Segment Open

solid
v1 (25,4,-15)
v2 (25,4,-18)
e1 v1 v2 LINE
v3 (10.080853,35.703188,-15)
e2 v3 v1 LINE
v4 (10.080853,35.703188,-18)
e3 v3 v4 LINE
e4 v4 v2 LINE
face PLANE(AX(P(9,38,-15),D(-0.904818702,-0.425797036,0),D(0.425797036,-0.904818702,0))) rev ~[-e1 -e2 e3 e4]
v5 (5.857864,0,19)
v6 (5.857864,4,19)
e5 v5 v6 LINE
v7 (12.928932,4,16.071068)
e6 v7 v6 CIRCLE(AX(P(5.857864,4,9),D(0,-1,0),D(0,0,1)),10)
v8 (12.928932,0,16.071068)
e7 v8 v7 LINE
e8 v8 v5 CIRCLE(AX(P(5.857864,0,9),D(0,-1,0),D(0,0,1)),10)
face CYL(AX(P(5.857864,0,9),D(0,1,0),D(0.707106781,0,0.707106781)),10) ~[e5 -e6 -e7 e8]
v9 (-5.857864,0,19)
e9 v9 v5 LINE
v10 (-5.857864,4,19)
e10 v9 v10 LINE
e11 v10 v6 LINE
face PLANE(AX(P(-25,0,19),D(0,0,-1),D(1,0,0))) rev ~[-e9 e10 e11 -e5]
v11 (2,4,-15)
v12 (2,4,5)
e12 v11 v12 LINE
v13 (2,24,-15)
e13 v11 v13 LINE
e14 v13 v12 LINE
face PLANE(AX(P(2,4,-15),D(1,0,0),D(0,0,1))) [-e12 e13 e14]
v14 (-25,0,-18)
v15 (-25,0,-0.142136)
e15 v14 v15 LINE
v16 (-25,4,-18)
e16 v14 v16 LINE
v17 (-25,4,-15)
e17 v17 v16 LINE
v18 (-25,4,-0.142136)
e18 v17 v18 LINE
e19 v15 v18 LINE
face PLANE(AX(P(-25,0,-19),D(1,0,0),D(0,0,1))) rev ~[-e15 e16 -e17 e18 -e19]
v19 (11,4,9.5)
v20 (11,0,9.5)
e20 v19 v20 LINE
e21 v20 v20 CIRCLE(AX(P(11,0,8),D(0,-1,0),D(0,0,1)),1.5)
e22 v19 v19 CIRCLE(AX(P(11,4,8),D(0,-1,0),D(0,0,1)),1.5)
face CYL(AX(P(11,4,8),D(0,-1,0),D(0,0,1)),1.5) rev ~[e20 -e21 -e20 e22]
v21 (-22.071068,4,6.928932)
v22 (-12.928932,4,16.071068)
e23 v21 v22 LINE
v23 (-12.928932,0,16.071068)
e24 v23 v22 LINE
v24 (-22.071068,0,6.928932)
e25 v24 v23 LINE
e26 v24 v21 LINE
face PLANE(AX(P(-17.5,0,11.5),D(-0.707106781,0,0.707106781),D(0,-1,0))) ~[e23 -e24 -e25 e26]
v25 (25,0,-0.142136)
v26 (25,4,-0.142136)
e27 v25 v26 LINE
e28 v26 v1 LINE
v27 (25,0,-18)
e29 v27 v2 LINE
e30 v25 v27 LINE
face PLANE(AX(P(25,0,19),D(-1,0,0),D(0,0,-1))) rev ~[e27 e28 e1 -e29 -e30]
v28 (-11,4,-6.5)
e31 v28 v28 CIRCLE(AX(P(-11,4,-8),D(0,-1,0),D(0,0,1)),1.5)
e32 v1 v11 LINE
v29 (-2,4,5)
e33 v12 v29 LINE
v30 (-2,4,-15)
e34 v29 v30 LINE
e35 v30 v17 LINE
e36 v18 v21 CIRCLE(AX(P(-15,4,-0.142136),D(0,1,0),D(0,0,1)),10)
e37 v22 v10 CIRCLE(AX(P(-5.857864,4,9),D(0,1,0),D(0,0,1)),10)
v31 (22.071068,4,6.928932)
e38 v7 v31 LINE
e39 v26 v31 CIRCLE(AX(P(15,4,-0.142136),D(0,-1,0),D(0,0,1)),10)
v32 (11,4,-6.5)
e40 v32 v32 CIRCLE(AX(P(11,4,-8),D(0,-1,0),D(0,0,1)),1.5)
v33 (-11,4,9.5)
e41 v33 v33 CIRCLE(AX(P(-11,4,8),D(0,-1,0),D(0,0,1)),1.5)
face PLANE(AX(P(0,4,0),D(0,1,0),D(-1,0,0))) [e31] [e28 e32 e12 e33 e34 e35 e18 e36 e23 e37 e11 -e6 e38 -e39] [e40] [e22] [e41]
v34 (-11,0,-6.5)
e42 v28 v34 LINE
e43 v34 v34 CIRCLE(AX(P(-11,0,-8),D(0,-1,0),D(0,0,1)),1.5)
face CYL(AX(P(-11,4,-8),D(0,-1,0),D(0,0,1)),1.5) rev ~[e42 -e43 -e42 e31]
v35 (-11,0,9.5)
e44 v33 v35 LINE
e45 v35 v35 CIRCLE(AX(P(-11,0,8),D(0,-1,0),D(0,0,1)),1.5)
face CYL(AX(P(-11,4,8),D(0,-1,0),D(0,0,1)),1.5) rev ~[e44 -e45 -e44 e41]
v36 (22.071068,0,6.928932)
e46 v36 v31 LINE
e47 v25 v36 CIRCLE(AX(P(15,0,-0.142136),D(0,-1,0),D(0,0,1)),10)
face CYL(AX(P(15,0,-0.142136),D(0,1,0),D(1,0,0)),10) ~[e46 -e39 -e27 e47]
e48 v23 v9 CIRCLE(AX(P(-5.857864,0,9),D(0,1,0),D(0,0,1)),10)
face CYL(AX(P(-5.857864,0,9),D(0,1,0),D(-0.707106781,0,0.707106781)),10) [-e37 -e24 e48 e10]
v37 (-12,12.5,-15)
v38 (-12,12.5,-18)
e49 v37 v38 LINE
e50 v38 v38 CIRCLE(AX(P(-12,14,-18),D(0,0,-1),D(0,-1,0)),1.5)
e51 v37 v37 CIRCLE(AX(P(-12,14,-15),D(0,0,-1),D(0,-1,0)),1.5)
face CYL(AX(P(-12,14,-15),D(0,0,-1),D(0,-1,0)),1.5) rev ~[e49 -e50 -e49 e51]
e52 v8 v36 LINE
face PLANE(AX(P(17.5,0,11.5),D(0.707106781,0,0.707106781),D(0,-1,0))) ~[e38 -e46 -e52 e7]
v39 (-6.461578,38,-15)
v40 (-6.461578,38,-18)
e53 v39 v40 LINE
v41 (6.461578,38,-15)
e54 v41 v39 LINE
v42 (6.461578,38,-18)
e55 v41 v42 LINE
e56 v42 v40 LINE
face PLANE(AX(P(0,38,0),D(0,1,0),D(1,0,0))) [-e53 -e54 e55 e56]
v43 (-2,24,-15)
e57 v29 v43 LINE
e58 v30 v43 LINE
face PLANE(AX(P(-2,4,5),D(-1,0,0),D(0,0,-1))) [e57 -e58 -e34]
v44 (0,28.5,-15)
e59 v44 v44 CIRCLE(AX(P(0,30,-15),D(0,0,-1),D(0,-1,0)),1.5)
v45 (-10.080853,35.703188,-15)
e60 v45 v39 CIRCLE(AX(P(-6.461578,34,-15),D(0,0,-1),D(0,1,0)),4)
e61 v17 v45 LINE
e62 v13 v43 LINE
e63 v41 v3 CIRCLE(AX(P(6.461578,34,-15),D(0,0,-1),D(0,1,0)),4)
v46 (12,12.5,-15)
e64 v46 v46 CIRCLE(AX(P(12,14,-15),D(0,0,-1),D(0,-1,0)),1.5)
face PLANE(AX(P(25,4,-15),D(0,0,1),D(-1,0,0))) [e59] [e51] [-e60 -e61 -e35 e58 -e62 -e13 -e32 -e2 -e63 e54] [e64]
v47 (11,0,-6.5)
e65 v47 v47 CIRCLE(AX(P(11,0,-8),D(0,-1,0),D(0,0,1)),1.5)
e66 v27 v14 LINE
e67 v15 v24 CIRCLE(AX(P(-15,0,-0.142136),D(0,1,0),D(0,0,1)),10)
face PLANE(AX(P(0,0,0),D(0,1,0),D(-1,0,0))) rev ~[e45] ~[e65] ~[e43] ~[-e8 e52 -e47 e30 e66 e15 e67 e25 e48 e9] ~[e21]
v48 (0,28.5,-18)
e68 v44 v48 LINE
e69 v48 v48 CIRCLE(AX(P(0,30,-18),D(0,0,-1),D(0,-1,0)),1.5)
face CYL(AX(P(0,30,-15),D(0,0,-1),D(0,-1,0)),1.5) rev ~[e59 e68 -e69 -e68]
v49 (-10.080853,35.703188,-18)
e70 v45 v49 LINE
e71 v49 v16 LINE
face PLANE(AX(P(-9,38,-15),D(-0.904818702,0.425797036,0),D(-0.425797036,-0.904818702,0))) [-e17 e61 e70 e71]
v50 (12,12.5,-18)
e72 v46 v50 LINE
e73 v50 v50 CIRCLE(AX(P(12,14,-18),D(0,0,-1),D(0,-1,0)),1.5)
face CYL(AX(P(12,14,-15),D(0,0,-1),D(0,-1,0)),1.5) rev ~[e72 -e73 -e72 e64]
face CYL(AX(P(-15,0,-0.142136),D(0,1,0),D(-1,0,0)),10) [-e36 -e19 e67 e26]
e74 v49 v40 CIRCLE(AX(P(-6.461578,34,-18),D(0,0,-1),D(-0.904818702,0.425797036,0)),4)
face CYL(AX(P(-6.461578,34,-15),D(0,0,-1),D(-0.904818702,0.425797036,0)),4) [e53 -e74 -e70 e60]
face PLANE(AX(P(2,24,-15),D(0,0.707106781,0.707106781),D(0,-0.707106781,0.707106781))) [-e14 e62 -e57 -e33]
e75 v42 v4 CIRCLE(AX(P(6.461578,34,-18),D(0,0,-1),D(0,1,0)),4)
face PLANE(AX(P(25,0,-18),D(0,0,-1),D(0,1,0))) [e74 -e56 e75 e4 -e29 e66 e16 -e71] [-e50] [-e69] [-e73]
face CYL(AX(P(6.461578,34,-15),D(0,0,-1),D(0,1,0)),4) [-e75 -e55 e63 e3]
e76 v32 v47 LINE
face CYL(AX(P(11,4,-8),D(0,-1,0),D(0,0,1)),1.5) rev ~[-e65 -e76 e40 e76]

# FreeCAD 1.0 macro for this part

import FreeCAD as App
import Part
import Sketcher

V = App.Vector
Q = App.Units.Quantity


def edges_at(feature, points):
    """Names of the edges that pass closest to the given points."""
    edges = feature.Shape.Edges
    near = lambda p: min(range(len(edges)), key=lambda i: edges[i].distToShape(Part.Vertex(*p))[0])
    return sorted({f"Edge{near(p) + 1}" for p in points})


def add_polygon(sketch, points):
    """Adds a closed chain of lines whose ends are joined by coincident constraints."""
    first, n = sketch.GeometryCount, len(points)
    for a, b in zip(points, points[1:] + points[:1]):
        sketch.addGeometry(Part.LineSegment(App.Vector(*a, 0), App.Vector(*b, 0)), False)
    for i in range(n):
        sketch.addConstraint(Sketcher.Constraint("Coincident", first + i, 2, first + (i + 1) % n, 1))

doc = App.newDocument("Part")
body = doc.addObject("PartDesign::Body", "Body")

sketch1 = body.newObject("Sketcher::SketchObject", "Sketch")
sketch1.AttachmentSupport = (doc.getObject("XZ_Plane"), [""])
sketch1.MapMode = "FlatFace"
add_polygon(sketch1, [(-25, -19), (-25, 19), (25, 19), (25, -19)])
sketch1.addConstraint([
    Sketcher.Constraint("Vertical", 0),
    Sketcher.Constraint("Horizontal", 1),
    Sketcher.Constraint("Vertical", 2),
    Sketcher.Constraint("Horizontal", 3),
    Sketcher.Constraint("Symmetric", 0, 2, 2, 2, -1, 1),
    Sketcher.Constraint("DistanceX", 1, 1, 1, 2, Q("50 mm")),
    Sketcher.Constraint("DistanceY", 0, 1, 0, 2, Q("38 mm")),
])
pad1 = body.newObject("PartDesign::Pad", "Pad")
pad1.Profile = sketch1
pad1.Length = 4
pad1.Reversed = True

sketch2 = body.newObject("Sketcher::SketchObject", "Sketch001")
sketch2.AttachmentSupport = (doc.getObject("XZ_Plane"), [""])
sketch2.MapMode = "FlatFace"
sketch2.AttachmentOffset = App.Placement(V(0, 0, -4), App.Rotation())
add_polygon(sketch2, [(25, -19), (-25, -19), (-25, -15), (25, -15)])
sketch2.addConstraint([
    Sketcher.Constraint("Horizontal", 0),
    Sketcher.Constraint("Vertical", 1),
    Sketcher.Constraint("Horizontal", 2),
    Sketcher.Constraint("Vertical", 3),
    Sketcher.Constraint("DistanceY", 1, 1, 1, 2, Q("4 mm")),
    Sketcher.Constraint("DistanceX", 0, 2, 0, 1, Q("50 mm")),
    Sketcher.Constraint("DistanceX", 0, 2, -1, 1, Q("25 mm")),
    Sketcher.Constraint("DistanceY", 0, 2, -1, 1, Q("19 mm")),
])
pad2 = body.newObject("PartDesign::Pad", "Pad001")
pad2.Profile = sketch2
pad2.Length = 34
pad2.Reversed = True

Segment Closed

Write down exactly the span of lines above from the one containing "v23 (-12.928932,0,16.071068)" to the one containing "e29 v27 v2 LINE", both ends included.

> **REPLY**:
v23 (-12.928932,0,16.071068)
e24 v23 v22 LINE
v24 (-22.071068,0,6.928932)
e25 v24 v23 LINE
e26 v24 v21 LINE
face PLANE(AX(P(-17.5,0,11.5),D(-0.707106781,0,0.707106781),D(0,-1,0))) ~[e23 -e24 -e25 e26]
v25 (25,0,-0.142136)
v26 (25,4,-0.142136)
e27 v25 v26 LINE
e28 v26 v1 LINE
v27 (25,0,-18)
e29 v27 v2 LINE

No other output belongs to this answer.